About this task:
Could you count the lines in the entries beneath that hold the word "DIRECTION"? Respond with the number alone.

Saved data entries

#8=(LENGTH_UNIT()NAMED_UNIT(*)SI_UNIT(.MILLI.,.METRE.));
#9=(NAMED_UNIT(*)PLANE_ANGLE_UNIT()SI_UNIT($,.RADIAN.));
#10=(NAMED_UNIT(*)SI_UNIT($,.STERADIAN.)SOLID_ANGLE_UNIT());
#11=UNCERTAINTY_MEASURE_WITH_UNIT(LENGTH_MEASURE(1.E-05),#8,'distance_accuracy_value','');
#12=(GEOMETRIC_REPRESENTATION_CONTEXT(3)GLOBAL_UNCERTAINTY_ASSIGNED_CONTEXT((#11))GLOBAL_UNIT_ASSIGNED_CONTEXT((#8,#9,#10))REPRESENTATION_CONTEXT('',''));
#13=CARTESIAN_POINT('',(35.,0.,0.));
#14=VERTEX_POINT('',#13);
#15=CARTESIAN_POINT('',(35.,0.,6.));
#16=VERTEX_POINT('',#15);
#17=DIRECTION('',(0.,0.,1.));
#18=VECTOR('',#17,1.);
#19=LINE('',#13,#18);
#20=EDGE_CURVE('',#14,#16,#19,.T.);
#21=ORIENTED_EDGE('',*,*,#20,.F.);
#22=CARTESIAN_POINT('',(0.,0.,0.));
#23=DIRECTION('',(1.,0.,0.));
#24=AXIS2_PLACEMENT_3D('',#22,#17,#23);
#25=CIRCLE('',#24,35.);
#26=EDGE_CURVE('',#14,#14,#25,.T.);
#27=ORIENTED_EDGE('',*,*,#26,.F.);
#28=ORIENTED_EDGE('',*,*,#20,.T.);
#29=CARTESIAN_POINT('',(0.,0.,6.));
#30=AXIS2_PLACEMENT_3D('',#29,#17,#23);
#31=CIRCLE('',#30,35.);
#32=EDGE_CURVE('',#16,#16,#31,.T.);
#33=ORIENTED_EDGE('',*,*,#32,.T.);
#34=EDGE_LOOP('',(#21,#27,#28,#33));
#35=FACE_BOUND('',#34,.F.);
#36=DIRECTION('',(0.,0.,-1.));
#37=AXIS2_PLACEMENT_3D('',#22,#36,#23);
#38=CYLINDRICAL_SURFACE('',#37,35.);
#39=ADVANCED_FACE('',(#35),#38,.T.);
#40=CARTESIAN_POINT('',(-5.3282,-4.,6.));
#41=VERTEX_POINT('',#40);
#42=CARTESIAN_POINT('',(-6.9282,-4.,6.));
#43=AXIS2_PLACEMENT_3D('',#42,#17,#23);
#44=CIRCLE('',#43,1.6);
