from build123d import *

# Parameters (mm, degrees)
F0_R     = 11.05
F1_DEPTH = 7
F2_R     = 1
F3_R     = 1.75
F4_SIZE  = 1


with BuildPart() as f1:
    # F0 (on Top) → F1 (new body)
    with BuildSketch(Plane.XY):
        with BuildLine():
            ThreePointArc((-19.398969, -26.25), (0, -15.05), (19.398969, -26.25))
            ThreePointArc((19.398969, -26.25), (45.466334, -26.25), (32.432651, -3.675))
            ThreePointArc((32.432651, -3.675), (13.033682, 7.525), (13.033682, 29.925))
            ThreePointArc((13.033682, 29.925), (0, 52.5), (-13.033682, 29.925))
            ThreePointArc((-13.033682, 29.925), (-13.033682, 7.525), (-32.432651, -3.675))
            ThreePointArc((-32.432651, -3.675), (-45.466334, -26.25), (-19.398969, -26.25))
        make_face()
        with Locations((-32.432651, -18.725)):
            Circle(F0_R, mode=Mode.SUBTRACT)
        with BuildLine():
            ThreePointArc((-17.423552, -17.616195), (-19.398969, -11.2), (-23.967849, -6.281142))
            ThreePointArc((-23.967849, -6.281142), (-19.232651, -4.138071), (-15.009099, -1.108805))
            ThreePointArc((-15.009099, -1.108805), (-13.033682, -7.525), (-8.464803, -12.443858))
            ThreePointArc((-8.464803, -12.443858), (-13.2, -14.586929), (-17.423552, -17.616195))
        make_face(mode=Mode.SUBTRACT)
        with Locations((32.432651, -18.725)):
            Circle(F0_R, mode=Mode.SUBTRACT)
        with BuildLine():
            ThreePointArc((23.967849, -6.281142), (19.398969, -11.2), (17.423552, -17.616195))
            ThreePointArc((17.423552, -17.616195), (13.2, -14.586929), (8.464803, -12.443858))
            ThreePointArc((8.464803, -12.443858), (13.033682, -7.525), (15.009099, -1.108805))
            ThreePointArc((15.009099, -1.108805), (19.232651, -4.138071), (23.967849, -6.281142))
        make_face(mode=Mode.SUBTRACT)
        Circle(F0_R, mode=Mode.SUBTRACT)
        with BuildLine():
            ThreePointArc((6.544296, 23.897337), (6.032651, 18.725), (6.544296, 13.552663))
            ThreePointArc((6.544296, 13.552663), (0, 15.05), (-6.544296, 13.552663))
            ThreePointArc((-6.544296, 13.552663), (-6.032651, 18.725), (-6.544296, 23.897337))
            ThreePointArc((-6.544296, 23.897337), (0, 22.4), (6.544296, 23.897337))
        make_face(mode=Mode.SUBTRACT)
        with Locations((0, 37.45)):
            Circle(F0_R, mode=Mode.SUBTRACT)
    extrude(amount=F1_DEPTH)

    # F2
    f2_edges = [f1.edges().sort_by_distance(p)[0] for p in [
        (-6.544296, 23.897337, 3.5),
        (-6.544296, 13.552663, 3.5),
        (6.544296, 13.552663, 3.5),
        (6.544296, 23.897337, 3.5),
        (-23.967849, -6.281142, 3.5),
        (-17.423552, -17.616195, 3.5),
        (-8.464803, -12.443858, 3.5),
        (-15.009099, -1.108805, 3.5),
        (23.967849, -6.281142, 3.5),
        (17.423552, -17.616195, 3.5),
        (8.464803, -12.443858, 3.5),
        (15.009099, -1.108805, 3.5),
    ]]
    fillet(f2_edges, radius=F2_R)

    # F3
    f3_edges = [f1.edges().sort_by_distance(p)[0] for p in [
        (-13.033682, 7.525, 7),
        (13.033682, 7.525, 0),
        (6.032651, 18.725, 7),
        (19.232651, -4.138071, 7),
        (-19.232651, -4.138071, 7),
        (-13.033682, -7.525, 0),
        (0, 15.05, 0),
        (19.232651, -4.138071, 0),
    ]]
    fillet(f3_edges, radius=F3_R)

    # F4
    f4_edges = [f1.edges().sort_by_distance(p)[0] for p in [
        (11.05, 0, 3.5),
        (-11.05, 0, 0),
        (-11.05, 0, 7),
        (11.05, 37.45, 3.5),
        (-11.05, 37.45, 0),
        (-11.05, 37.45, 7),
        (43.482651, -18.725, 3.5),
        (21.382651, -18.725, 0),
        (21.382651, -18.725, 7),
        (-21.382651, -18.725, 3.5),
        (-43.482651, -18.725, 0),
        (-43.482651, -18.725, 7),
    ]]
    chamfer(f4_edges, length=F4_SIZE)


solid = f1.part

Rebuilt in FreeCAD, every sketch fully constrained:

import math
import FreeCAD as App
import Part
import Sketcher
Q = App.Units.Quantity


def edges_at(feature, points):
    """Names of the edges that pass closest to the given points."""
    edges = feature.Shape.Edges
    near = lambda p: min(range(len(edges)), key=lambda i: edges[i].distToShape(Part.Vertex(*p))[0])
    return sorted({f"Edge{near(p) + 1}" for p in points})

doc = App.newDocument("Part")
body = doc.addObject("PartDesign::Body", "Body")

# Sketch on XY plane
sketch1 = body.newObject("Sketcher::SketchObject", "Sketch")
sketch1.AttachmentSupport = (doc.getObject("XY_Plane"), [""])
sketch1.MapMode = "FlatFace"
sketch1.addGeometry([
    Part.ArcOfCircle(Part.Circle(App.Vector(0, -37, 0), App.Vector(0, 0, 1), 22), math.radians(30), math.radians(150)),  # 0
    Part.ArcOfCircle(Part.Circle(App.Vector(32, -19, 0), App.Vector(0, 0, 1), 15), math.radians(-150), math.radians(90)),  # 1
    Part.ArcOfCircle(Part.Circle(App.Vector(32, 19, 0), App.Vector(0, 0, 1), 22), math.radians(150), math.radians(270)),  # 2
    Part.ArcOfCircle(Part.Circle(App.Vector(0, 37, 0), App.Vector(0, 0, 1), 15), math.radians(-30), math.radians(210)),  # 3
    Part.ArcOfCircle(Part.Circle(App.Vector(-32, 19, 0), App.Vector(0, 0, 1), 22), math.radians(-90), math.radians(30)),  # 4
    Part.ArcOfCircle(Part.Circle(App.Vector(-32, -19, 0), App.Vector(0, 0, 1), 15), math.radians(90), math.radians(330)),  # 5
    Part.Circle(App.Vector(-32, -19, 0), App.Vector(0, 0, 1), 11),  # 6
    Part.ArcOfCircle(Part.Circle(App.Vector(0, -37, 0), App.Vector(0, 0, 1), 26), math.radians(109), math.radians(131)),  # 7
    Part.ArcOfCircle(Part.Circle(App.Vector(-32, -19, 0), App.Vector(0, 0, 1), 15), math.radians(4), math.radians(56)),  # 8
    Part.ArcOfCircle(Part.Circle(App.Vector(-32, 19, 0), App.Vector(0, 0, 1), 26), math.radians(-71), math.radians(-49)),  # 9
    Part.ArcOfCircle(Part.Circle(App.Vector(0, 0, 0), App.Vector(0, 0, 1), 15), math.radians(-176), math.radians(-124)),  # 10
    Part.Circle(App.Vector(32, -19, 0), App.Vector(0, 0, 1), 11),  # 11
    Part.ArcOfCircle(Part.Circle(App.Vector(32, 19, 0), App.Vector(0, 0, 1), 26), math.radians(-131), math.radians(-109)),  # 12
    Part.ArcOfCircle(Part.Circle(App.Vector(32, -19, 0), App.Vector(0, 0, 1), 15), math.radians(124), math.radians(176)),  # 13
    Part.ArcOfCircle(Part.Circle(App.Vector(0, -37, 0), App.Vector(0, 0, 1), 26), math.radians(49), math.radians(71)),  # 14
    Part.ArcOfCircle(Part.Circle(App.Vector(0, 0, 0), App.Vector(0, 0, 1), 15), math.radians(-56), math.radians(-4)),  # 15
    Part.Circle(App.Vector(0, 0, 0), App.Vector(0, 0, 1), 11),  # 16
    Part.ArcOfCircle(Part.Circle(App.Vector(0, 37, 0), App.Vector(0, 0, 1), 15), math.radians(-116), math.radians(-64)),  # 17
    Part.ArcOfCircle(Part.Circle(App.Vector(32, 19, 0), App.Vector(0, 0, 1), 26), math.radians(169), math.radians(191)),  # 18
    Part.ArcOfCircle(Part.Circle(App.Vector(0, 0, 0), App.Vector(0, 0, 1), 15), math.radians(64), math.radians(116)),  # 19
    Part.ArcOfCircle(Part.Circle(App.Vector(-32, 19, 0), App.Vector(0, 0, 1), 26), math.radians(-11), math.radians(11)),  # 20
    Part.Circle(App.Vector(0, 37, 0), App.Vector(0, 0, 1), 11),  # 21
], False)
sketch1.addConstraint([
    Sketcher.Constraint("Tangent", 0, 1, 1, 1),
    Sketcher.Constraint("Tangent", 1, 2, 2, 2),
    Sketcher.Constraint("Tangent", 2, 1, 3, 1),
    Sketcher.Constraint("Tangent", 3, 2, 4, 2),
    Sketcher.Constraint("Tangent", 4, 1, 5, 1),
    Sketcher.Constraint("Tangent", 5, 2, 0, 2),
    Sketcher.Constraint("Coincident", 7, 2, 8, 1),
    Sketcher.Constraint("Coincident", 8, 2, 9, 1),
    Sketcher.Constraint("Coincident", 9, 2, 10, 1),
    Sketcher.Constraint("Coincident", 10, 2, 7, 1),
    Sketcher.Constraint("Coincident", 12, 2, 13, 1),
    Sketcher.Constraint("Coincident", 13, 2, 14, 1),
    Sketcher.Constraint("Coincident", 14, 2, 15, 1),
    Sketcher.Constraint("Coincident", 15, 2, 12, 1),
    Sketcher.Constraint("Coincident", 17, 2, 18, 1),
    Sketcher.Constraint("Coincident", 18, 2, 19, 1),
    Sketcher.Constraint("Coincident", 19, 2, 20, 1),
    Sketcher.Constraint("Coincident", 20, 2, 17, 1),
    Sketcher.Constraint("Coincident", 10, 3, -1, 1),
    Sketcher.Constraint("Coincident", 15, 3, -1, 1),
    Sketcher.Constraint("Coincident", 16, 3, -1, 1),
    Sketcher.Constraint("Coincident", 19, 3, -1, 1),
    Sketcher.Constraint("Coincident", 6, 3, 5, 3),
    Sketcher.Constraint("Coincident", 7, 3, 0, 3),
    Sketcher.Constraint("Coincident", 8, 3, 5, 3),
    Sketcher.Constraint("Coincident", 11, 3, 1, 3),
    Sketcher.Constraint("Coincident", 13, 3, 1, 3),
    Sketcher.Constraint("Coincident", 14, 3, 0, 3),
    Sketcher.Constraint("Coincident", 17, 3, 3, 3),
    Sketcher.Constraint("Coincident", 18, 3, 2, 3),
    Sketcher.Constraint("Coincident", 20, 3, 4, 3),
    Sketcher.Constraint("Coincident", 21, 3, 3, 3),
    Sketcher.Constraint("Equal", 0, 2),
    Sketcher.Constraint("Equal", 1, 3),
    Sketcher.Constraint("Equal", 2, 4),
    Sketcher.Constraint("Equal", 3, 5),
    Sketcher.Constraint("Equal", 5, 8),
    Sketcher.Constraint("Equal", 5, 10),
    Sketcher.Constraint("Equal", 6, 11),
    Sketcher.Constraint("Equal", 9, 12),
    Sketcher.Constraint("Equal", 8, 13),
    Sketcher.Constraint("Equal", 7, 14),
    Sketcher.Constraint("Equal", 10, 15),
    Sketcher.Constraint("Equal", 11, 16),
    Sketcher.Constraint("Equal", 17, 19),
    Sketcher.Constraint("Equal", 18, 20),
    Sketcher.Constraint("Equal", 16, 21),
    Sketcher.Constraint("Symmetric", 0, 3, 3, 3, -1, 1),
    Sketcher.Constraint("Symmetric", 2, 3, 4, 3, -2),
    Sketcher.Constraint("Symmetric", 9, 3, 12, 3, -2),
    Sketcher.Constraint("Vertical", 1, 3, 2, 3),
    Sketcher.Constraint("Vertical", 17, 2, 18, 2),
    Sketcher.Constraint("Diameter", 6, Q("22.1 mm")),
    Sketcher.Constraint("Radius", 0, Q("22.4 mm")),
    Sketcher.Constraint("Radius", 1, Q("15.05 mm")),
    Sketcher.Constraint("Radius", 7, Q("26.399991 mm")),
    Sketcher.Constraint("Radius", 9, Q("26.399983 mm")),
    Sketcher.Constraint("Radius", 17, Q("15.049995 mm")),
    Sketcher.Constraint("Radius", 18, Q("26.399995 mm")),
    Sketcher.Constraint("DistanceX", 9, 2, -1, 1, Q("15.009099 mm")),
    Sketcher.Constraint("DistanceX", 8, 3, 8, 2, Q("8.464801 mm")),
])
pad1 = body.newObject("PartDesign::Pad", "Pad")
pad1.Profile = sketch1
pad1.Length = 7
doc.recompute()

fillet = body.newObject("PartDesign::Fillet", "Fillet")
fillet.Base = (pad1, edges_at(pad1, [
    (-6.544, 23.897, 3.5),
    (-6.544, 13.553, 3.5),
    (6.544, 13.553, 3.5),
    (6.544, 23.897, 3.5),
    (-23.968, -6.281, 3.5),
    (-17.424, -17.616, 3.5),
    (-8.465, -12.444, 3.5),
    (-15.009, -1.109, 3.5),
    (23.968, -6.281, 3.5),
    (17.424, -17.616, 3.5),
    (8.465, -12.444, 3.5),
    (15.009, -1.109, 3.5),
]))
fillet.Radius = 1
doc.recompute()

fillet2 = body.newObject("PartDesign::Fillet", "Fillet001")
fillet2.Base = (fillet, edges_at(fillet, [
    (-13.034, 7.525, 7),
    (13.034, 7.525, 0),
    (6.033, 18.725, 7),
    (19.233, -4.138, 7),
    (-19.233, -4.138, 7),
    (-13.034, -7.525, 0),
    (0, 15.05, 0),
    (19.233, -4.138, 0),
]))
fillet2.Radius = 1.75
doc.recompute()

chamfer = body.newObject("PartDesign::Chamfer", "Chamfer")
chamfer.Base = (fillet2, edges_at(fillet2, [
    (11.05, 0, 3.5),
    (-11.05, 0, 0),
    (-11.05, 0, 7),
    (11.05, 37.45, 3.5),
    (-11.05, 37.45, 0),
    (-11.05, 37.45, 7),
    (43.483, -18.725, 3.5),
    (21.383, -18.725, 0),
    (21.383, -18.725, 7),
    (-21.383, -18.725, 3.5),
    (-43.483, -18.725, 0),
    (-43.483, -18.725, 7),
]))
chamfer.Size = 1

doc.recompute()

Exercise response:
3